PROBLEM STATEMENT> At the line containing "f 169 106 110", begin repeating lines exactly, and stop only after the final line of the records below.

-- DATASET ENTRIES follows --

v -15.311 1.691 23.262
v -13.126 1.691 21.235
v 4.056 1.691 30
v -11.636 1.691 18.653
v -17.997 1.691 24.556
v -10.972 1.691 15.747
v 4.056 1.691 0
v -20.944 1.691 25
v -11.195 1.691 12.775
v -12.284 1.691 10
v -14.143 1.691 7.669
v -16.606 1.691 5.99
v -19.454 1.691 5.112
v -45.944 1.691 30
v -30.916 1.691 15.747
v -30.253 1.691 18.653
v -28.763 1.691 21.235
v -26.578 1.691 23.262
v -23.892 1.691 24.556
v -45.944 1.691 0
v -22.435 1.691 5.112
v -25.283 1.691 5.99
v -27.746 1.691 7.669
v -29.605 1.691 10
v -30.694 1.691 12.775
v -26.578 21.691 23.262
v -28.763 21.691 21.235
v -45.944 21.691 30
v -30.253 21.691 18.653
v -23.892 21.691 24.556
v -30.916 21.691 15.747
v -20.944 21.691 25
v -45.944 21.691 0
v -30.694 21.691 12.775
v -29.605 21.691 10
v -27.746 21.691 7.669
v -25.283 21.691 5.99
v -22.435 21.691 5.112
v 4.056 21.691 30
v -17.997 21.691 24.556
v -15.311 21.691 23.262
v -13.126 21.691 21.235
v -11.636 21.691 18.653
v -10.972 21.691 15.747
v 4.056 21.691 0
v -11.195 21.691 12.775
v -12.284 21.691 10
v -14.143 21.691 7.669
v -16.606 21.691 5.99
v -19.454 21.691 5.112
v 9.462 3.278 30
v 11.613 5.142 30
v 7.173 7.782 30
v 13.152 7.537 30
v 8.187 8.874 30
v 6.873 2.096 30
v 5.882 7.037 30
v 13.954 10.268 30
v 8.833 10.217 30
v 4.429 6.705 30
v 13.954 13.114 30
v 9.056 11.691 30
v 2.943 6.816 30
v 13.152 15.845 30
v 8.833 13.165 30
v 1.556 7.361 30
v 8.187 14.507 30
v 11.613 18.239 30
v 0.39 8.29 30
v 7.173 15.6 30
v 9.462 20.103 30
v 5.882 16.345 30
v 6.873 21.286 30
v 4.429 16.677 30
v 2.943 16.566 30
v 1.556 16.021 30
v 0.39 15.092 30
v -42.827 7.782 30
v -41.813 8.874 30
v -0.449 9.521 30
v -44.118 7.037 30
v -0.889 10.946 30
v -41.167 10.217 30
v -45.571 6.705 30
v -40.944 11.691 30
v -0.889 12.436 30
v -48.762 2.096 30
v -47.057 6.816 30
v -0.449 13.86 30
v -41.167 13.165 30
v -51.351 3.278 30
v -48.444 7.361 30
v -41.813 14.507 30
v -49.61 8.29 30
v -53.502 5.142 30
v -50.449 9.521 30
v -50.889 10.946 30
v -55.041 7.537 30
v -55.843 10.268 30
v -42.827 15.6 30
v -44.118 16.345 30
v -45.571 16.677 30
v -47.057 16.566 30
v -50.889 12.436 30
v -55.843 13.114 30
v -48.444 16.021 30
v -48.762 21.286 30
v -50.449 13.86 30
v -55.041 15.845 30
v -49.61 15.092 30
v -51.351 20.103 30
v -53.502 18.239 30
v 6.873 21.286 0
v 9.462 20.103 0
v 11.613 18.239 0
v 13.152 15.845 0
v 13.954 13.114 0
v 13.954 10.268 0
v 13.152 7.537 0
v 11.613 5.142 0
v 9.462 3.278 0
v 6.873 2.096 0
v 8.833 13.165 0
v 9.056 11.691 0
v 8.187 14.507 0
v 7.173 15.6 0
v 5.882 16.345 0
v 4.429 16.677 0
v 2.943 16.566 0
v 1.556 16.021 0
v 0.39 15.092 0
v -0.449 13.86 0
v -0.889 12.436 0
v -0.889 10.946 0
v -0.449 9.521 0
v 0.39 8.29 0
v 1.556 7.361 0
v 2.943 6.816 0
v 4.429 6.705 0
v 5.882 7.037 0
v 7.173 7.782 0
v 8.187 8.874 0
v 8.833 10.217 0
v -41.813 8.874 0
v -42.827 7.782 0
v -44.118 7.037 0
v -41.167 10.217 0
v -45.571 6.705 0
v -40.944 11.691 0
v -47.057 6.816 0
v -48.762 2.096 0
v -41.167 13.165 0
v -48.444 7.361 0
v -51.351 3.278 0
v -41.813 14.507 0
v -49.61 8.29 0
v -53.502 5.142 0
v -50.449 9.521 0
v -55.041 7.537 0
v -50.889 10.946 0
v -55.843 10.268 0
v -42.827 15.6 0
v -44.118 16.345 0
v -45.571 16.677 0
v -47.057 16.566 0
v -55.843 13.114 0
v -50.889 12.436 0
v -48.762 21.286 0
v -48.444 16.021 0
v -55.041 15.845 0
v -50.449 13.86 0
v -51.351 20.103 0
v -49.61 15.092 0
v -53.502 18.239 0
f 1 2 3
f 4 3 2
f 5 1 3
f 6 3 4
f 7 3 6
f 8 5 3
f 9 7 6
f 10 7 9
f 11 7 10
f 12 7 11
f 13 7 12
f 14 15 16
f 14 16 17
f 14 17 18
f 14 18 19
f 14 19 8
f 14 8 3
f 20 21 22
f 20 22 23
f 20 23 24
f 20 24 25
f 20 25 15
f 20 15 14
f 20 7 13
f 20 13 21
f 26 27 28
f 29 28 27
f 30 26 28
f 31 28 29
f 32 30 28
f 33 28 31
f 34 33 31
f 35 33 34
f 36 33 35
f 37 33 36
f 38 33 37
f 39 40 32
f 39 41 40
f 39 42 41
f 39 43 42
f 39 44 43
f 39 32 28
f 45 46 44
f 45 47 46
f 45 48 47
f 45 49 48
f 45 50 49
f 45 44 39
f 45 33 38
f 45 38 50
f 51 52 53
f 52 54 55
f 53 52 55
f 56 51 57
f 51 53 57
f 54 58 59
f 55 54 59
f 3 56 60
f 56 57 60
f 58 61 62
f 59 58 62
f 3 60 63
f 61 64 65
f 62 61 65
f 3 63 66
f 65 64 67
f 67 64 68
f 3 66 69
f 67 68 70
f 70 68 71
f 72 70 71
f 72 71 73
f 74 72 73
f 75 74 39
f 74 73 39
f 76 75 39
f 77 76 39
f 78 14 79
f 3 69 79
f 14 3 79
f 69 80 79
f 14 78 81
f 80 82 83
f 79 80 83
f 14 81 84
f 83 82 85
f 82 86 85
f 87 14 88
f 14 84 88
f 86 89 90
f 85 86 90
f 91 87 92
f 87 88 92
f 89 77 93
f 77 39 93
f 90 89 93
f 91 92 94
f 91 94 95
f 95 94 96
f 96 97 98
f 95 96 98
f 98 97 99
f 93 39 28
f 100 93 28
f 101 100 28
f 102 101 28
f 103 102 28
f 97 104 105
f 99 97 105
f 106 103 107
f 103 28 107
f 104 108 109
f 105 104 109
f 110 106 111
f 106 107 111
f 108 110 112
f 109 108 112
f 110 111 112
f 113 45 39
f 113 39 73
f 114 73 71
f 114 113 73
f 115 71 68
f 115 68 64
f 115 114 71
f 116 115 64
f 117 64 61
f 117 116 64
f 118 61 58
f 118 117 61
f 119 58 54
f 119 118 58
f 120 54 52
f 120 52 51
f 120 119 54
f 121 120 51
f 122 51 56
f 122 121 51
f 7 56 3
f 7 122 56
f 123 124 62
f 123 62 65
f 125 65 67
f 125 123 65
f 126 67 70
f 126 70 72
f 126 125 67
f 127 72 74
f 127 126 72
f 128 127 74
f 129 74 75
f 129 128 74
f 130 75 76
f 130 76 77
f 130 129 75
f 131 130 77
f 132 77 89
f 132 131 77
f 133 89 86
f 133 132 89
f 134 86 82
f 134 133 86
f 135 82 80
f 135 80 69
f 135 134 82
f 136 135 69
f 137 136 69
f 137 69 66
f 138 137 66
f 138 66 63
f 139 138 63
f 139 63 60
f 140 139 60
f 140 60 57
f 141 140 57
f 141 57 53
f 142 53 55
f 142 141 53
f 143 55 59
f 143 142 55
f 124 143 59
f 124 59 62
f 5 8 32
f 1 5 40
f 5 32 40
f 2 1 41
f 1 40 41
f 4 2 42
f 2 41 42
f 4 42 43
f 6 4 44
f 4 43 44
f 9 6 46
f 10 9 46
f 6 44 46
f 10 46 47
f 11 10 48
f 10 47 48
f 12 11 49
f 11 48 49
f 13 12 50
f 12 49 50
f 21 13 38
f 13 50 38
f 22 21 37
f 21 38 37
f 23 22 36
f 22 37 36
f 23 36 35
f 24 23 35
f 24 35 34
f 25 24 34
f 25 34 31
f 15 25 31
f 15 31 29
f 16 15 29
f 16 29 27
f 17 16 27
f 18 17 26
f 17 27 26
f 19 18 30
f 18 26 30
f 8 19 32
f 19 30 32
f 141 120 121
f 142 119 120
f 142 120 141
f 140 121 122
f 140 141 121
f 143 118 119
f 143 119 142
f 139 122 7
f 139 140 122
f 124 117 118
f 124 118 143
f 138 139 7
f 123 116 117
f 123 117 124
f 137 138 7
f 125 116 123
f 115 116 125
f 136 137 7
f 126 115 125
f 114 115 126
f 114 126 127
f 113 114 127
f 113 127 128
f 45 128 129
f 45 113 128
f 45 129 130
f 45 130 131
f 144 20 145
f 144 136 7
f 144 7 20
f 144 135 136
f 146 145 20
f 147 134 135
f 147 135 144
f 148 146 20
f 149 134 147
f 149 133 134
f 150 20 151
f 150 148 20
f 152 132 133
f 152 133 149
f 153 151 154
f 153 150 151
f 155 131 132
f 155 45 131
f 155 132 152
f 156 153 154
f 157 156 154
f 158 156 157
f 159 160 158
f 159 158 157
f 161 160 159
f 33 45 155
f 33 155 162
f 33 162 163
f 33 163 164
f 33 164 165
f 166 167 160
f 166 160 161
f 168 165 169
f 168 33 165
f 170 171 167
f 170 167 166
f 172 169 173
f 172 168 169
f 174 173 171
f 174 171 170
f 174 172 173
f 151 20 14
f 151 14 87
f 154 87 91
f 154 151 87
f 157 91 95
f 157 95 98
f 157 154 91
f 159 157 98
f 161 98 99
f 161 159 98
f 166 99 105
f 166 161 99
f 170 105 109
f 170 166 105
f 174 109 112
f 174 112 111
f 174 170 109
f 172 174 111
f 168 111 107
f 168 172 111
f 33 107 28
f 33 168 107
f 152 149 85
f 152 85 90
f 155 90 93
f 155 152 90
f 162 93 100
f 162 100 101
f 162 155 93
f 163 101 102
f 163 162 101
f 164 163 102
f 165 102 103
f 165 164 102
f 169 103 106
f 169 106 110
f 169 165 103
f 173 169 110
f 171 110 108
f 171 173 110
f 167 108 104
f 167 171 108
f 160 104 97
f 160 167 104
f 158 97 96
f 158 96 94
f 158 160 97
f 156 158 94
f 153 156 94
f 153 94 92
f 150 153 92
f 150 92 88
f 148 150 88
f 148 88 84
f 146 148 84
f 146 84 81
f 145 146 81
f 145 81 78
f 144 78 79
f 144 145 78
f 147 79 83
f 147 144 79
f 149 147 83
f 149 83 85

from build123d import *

# Parameters (mm, degrees)
IZIM2_R                     = 5
Y_KSEKLIK_EKSTR_ZYON2_DEPTH = 30
IZIM3_R                     = 10
KES_EKSTR_ZYON1_DEPTH       = 20


with BuildPart() as part:
    # Çizim2 → Yükseklik-Ekstrüzyon2 (new body)
    with BuildSketch(Plane.XY):
        with BuildLine():
            Line((-45.944380081, 21.690872668), (4.055619919, 21.690872668))
            ThreePointArc((4.055619919, 21.690872668), (14.055619919, 11.690872668), (4.055619919, 1.690872668))
            Line((4.055619919, 1.690872668), (-45.944380081, 1.690872668))
            ThreePointArc((-45.944380081, 1.690872668), (-55.944380081, 11.690872668), (-45.944380081, 21.690872668))
        make_face()
        with Locations((-45.944380081, 11.690872668)):
            Circle(IZIM2_R, mode=Mode.SUBTRACT)
        with Locations((4.055619919, 11.690872668)):
            Circle(IZIM2_R, mode=Mode.SUBTRACT)
    extrude(amount=Y_KSEKLIK_EKSTR_ZYON2_DEPTH)

    # Çizim3 → Kes-Ekstrüzyon1 (cut)
    with BuildSketch(Plane(origin=(0, 21.690872668, 0), x_dir=(1, 0, 0), z_dir=(0, 1, 0))):
        with Locations(Location((-20.944380081, -15, 0), (0, 0, 270))):
            Circle(IZIM3_R)
    extrude(amount=-KES_EKSTR_ZYON1_DEPTH, mode=Mode.SUBTRACT)


solid = part.part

-- DATASET ENTRIES concluded --

ANSWER TO THE EXERCISE>
f 169 106 110
f 169 165 103
f 173 169 110
f 171 110 108
f 171 173 110
f 167 108 104
f 167 171 108
f 160 104 97
f 160 167 104
f 158 97 96
f 158 96 94
f 158 160 97
f 156 158 94
f 153 156 94
f 153 94 92
f 150 153 92
f 150 92 88
f 148 150 88
f 148 88 84
f 146 148 84
f 146 84 81
f 145 146 81
f 145 81 78
f 144 78 79
f 144 145 78
f 147 79 83
f 147 144 79
f 149 147 83
f 149 83 85

from build123d import *

# Parameters (mm, degrees)
IZIM2_R                     = 5
Y_KSEKLIK_EKSTR_ZYON2_DEPTH = 30
IZIM3_R                     = 10
KES_EKSTR_ZYON1_DEPTH       = 20


with BuildPart() as part:
    # Çizim2 → Yükseklik-Ekstrüzyon2 (new body)
    with BuildSketch(Plane.XY):
        with BuildLine():
            Line((-45.944380081, 21.690872668), (4.055619919, 21.690872668))
            ThreePointArc((4.055619919, 21.690872668), (14.055619919, 11.690872668), (4.055619919, 1.690872668))
            Line((4.055619919, 1.690872668), (-45.944380081, 1.690872668))
            ThreePointArc((-45.944380081, 1.690872668), (-55.944380081, 11.690872668), (-45.944380081, 21.690872668))
        make_face()
        with Locations((-45.944380081, 11.690872668)):
            Circle(IZIM2_R, mode=Mode.SUBTRACT)
        with Locations((4.055619919, 11.690872668)):
            Circle(IZIM2_R, mode=Mode.SUBTRACT)
    extrude(amount=Y_KSEKLIK_EKSTR_ZYON2_DEPTH)

    # Çizim3 → Kes-Ekstrüzyon1 (cut)
    with BuildSketch(Plane(origin=(0, 21.690872668, 0), x_dir=(1, 0, 0), z_dir=(0, 1, 0))):
        with Locations(Location((-20.944380081, -15, 0), (0, 0, 270))):
            Circle(IZIM3_R)
    extrude(amount=-KES_EKSTR_ZYON1_DEPTH, mode=Mode.SUBTRACT)


solid = part.part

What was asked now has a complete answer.